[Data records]
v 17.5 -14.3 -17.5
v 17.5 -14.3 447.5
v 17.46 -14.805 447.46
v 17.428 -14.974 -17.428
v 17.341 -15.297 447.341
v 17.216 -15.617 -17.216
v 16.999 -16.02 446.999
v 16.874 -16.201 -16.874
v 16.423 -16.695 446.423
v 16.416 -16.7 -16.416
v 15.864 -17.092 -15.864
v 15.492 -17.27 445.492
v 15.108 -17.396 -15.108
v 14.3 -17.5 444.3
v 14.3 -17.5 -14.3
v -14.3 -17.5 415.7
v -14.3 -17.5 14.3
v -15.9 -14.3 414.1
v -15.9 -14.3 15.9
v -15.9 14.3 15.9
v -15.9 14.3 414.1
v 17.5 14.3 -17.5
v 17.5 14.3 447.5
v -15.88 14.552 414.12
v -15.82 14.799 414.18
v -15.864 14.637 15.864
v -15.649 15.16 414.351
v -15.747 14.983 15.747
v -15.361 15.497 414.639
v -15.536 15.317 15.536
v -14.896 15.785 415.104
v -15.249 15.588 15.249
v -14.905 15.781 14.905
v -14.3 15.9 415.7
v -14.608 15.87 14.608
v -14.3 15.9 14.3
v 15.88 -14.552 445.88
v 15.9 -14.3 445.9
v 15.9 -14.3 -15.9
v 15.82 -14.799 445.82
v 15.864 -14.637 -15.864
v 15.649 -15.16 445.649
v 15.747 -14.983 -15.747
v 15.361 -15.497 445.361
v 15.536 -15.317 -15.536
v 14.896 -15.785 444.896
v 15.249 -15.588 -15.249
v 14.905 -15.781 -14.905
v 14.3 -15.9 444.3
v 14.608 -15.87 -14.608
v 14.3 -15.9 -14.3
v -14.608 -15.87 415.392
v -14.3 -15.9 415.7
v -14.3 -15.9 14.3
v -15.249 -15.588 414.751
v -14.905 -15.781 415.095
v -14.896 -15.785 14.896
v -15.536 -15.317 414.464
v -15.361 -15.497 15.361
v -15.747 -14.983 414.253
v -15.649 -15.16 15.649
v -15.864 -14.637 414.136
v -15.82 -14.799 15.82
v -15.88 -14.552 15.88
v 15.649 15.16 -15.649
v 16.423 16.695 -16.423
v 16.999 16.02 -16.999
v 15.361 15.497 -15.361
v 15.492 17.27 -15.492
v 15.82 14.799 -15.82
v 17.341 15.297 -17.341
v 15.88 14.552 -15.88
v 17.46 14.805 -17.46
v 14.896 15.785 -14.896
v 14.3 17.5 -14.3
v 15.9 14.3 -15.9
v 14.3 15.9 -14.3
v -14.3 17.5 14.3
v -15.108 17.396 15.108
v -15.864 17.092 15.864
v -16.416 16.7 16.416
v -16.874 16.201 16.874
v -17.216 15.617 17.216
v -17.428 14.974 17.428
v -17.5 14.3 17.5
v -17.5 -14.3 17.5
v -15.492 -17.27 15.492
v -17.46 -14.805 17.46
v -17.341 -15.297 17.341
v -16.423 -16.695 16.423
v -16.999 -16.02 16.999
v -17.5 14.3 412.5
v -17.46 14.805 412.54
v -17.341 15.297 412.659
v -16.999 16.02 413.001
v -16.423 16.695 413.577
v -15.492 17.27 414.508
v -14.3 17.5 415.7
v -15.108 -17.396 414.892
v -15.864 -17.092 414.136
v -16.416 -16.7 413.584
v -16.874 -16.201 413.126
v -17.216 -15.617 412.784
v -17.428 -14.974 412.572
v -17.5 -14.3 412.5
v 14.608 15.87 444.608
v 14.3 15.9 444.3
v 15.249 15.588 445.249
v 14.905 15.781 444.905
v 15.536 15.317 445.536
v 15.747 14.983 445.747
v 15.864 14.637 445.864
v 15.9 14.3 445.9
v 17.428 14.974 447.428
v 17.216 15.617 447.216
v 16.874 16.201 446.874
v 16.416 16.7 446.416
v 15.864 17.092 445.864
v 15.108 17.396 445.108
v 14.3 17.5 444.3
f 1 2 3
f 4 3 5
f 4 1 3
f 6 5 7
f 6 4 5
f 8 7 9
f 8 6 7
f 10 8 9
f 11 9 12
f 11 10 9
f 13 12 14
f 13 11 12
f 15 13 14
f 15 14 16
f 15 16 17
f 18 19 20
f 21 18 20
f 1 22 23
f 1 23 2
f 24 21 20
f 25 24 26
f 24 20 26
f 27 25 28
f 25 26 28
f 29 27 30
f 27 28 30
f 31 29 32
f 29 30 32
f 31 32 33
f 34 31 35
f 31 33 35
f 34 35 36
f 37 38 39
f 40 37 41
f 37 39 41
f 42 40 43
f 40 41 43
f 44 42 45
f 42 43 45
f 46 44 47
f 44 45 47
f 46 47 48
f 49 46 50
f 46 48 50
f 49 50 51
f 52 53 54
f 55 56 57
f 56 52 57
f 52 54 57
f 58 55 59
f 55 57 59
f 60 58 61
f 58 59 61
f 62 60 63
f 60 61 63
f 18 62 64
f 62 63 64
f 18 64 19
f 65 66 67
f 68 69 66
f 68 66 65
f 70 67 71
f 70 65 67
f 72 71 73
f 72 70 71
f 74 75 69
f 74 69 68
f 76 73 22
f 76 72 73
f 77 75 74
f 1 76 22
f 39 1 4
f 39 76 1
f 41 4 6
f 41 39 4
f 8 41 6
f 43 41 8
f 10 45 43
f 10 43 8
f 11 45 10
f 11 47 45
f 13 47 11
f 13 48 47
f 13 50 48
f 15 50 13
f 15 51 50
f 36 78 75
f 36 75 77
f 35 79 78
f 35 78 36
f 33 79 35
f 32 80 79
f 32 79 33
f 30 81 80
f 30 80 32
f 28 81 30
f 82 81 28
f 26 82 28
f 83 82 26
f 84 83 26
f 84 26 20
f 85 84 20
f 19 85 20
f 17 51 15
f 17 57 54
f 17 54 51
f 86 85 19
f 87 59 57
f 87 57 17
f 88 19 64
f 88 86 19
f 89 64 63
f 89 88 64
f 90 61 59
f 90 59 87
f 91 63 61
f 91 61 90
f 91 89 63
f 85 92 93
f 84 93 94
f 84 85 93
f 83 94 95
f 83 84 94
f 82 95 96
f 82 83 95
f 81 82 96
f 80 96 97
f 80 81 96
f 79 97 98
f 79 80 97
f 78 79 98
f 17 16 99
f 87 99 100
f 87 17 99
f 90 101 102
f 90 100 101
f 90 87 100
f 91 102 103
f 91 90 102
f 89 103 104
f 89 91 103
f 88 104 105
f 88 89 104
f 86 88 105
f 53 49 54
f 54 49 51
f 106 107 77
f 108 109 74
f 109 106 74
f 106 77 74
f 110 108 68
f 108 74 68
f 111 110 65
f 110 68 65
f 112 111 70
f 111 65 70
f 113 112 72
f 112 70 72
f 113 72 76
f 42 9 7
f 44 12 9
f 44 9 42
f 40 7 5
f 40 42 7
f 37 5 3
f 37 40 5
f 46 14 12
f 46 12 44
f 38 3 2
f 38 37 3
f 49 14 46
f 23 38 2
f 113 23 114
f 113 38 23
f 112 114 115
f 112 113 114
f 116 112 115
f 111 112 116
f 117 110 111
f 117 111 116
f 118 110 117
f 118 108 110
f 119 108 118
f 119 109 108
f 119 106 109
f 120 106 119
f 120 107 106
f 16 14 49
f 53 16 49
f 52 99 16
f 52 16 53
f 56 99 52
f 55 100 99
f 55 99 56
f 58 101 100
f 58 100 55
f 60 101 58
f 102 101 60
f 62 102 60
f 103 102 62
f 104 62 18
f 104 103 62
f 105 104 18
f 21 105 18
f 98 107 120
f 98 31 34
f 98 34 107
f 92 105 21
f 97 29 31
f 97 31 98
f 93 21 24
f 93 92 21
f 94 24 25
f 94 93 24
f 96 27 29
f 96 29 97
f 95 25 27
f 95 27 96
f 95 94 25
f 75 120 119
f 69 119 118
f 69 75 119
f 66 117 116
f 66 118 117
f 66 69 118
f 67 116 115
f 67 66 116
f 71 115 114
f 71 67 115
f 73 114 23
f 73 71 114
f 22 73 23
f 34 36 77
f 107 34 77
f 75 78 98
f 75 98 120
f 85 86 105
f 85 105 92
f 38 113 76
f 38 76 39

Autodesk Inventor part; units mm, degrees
ref_plane "Start plane" through (0, 0, -17.5) normal (0, 0, 1) x (1, 0, 0)
ref_plane "End plane" through (0, 0, 447.5) normal (0, 0, 1) x (1, 0, 0)
sketch "Sketch" plane through (0, 0, 0) normal (0, 0, 1) x (1, 0, 0)
  line L0 (-17.5, -14.3) -> (-17.5, 14.3)
  line L1 (-14.3, 17.5) -> (14.3, 17.5)
  line L2 (17.5, 14.3) -> (17.5, -14.3)
  line L3 (14.3, -17.5) -> (-14.3, -17.5)
  arc A0 (-17.5, -14.3) -> (-14.3, -17.5) centre (-14.3, -14.3) ccw
  arc A1 (-14.3, 17.5) -> (-17.5, 14.3) centre (-14.3, 14.3) ccw
  arc A2 (17.5, 14.3) -> (14.3, 17.5) centre (14.3, 14.3) ccw
  arc A3 (14.3, -17.5) -> (17.5, -14.3) centre (14.3, -14.3) ccw
  arc A4 (-14.3, 15.9) -> (-15.9, 14.3) centre (-14.3, 14.3) ccw
  line L4 (-14.3, 15.9) -> (14.3, 15.9)
  arc A5 (15.9, 14.3) -> (14.3, 15.9) centre (14.3, 14.3) ccw
  line L5 (15.9, 14.3) -> (15.9, -14.3)
  arc A6 (14.3, -15.9) -> (15.9, -14.3) centre (14.3, -14.3) ccw
  line L6 (14.3, -15.9) -> (-14.3, -15.9)
  arc A7 (-15.9, -14.3) -> (-14.3, -15.9) centre (-14.3, -14.3) ccw
  line L7 (-15.9, -14.3) -> (-15.9, 14.3)
  line L8 (0, 25.4278) -> (0, -25.4278) construction
  line L9 (-25.4278, 0) -> (25.4278, 0) construction
  dimension "d7" = 3.2
  dimension "d10" = 35
  dimension "d11" = 35
  dimension "d12" = 1.6
  dimension "d15" = 17.5
  dimension "d16" = 17.5
extrude "Body" add sketch "Sketch" along normal up to surface (465 mm away) from surface at -17.5
sketch "Sketch3" plane through (0, 0, 0) normal (0, 0, 1) x (1, 0, 0)
  line L0 (0, 0) -> (10, 0)
ref_plane "Work Plane3" through (0, 0, 0) normal (0, -1, 0) x (1, 0, 0)
sketch "Sketch4" plane through (0, 0, 0) normal (0, -1, 0) x (1, 0, 0)
  line L0 (-2, -17.5) -> (12, -17.5)
  line L1 (-2, 447.5) -> (12, 447.5)
  dimension "d18" = 465
ref_plane "Work Plane5" through (17.5, 0, 447.5) normal (-0.7071, 0, 0.7071) x (0.7071, 0, 0.7071)
split "Split2" plane through (17.5, 0, 447.5) removes the side toward (-0.7071, 0, 0.7071)
ref_plane "Work Plane12" through (0, 180, -17.5) normal (0, 0, -1) x (-1, 0, 0)
split "Split6" plane through (0, 180, -17.5) removes the side toward (0, 0, -1)
ref_plane "Work Plane13" through (17.5, 0, -17.5) normal (-0.7071, 0, -0.7071) x (-0.7071, 0, 0.7071)
split "Split7" plane through (17.5, 0, -17.5) removes the side toward (-0.7071, 0, -0.7071)
equation "\"d7\" = G_IR"
equation "\"d10\" = G_H"
equation "\"d11\" = G_W"
equation "\"d12\" = G_T"
equation "\"d15\" = 0.5 * d10"
equation "\"d16\" = 0.5 * d11"
equation "\"d3\" = G_L"
equation "\"G_W\" = 35"
equation "\"G_H\" = 35"
equation "\"G_T\" = 1.6"
equation "\"G_IR\" = 3.2"
equation "\"G_L\" = d18"
equation "\"G_OFFSET_START\" = 17.5"
equation "\"G_OFFSET_END\" = 17.5"
equation "\"d13\" = -G_OFFSET_START"
equation "\"d14\" = G_OFFSET_END + B_L"
equation "\"B_L\" = 430"
properties part number "AS 1163 - C350L0 35x35x1.6 SHS - 465" material "Steel, Mild"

■ **TASK**
Your task is to restate, word for word, only those lines above that fall between the line holding "v 17.428 -14.974 -17.428" and the line holding "v 15.249 -15.588 -15.249", inclusive.

■ **EXPECTED OUTPUT**
v 17.428 -14.974 -17.428
v 17.341 -15.297 447.341
v 17.216 -15.617 -17.216
v 16.999 -16.02 446.999
v 16.874 -16.201 -16.874
v 16.423 -16.695 446.423
v 16.416 -16.7 -16.416
v 15.864 -17.092 -15.864
v 15.492 -17.27 445.492
v 15.108 -17.396 -15.108
v 14.3 -17.5 444.3
v 14.3 -17.5 -14.3
v -14.3 -17.5 415.7
v -14.3 -17.5 14.3
v -15.9 -14.3 414.1
v -15.9 -14.3 15.9
v -15.9 14.3 15.9
v -15.9 14.3 414.1
v 17.5 14.3 -17.5
v 17.5 14.3 447.5
v -15.88 14.552 414.12
v -15.82 14.799 414.18
v -15.864 14.637 15.864
v -15.649 15.16 414.351
v -15.747 14.983 15.747
v -15.361 15.497 414.639
v -15.536 15.317 15.536
v -14.896 15.785 415.104
v -15.249 15.588 15.249
v -14.905 15.781 14.905
v -14.3 15.9 415.7
v -14.608 15.87 14.608
v -14.3 15.9 14.3
v 15.88 -14.552 445.88
v 15.9 -14.3 445.9
v 15.9 -14.3 -15.9
v 15.82 -14.799 445.82
v 15.864 -14.637 -15.864
v 15.649 -15.16 445.649
v 15.747 -14.983 -15.747
v 15.361 -15.497 445.361
v 15.536 -15.317 -15.536
v 14.896 -15.785 444.896
v 15.249 -15.588 -15.249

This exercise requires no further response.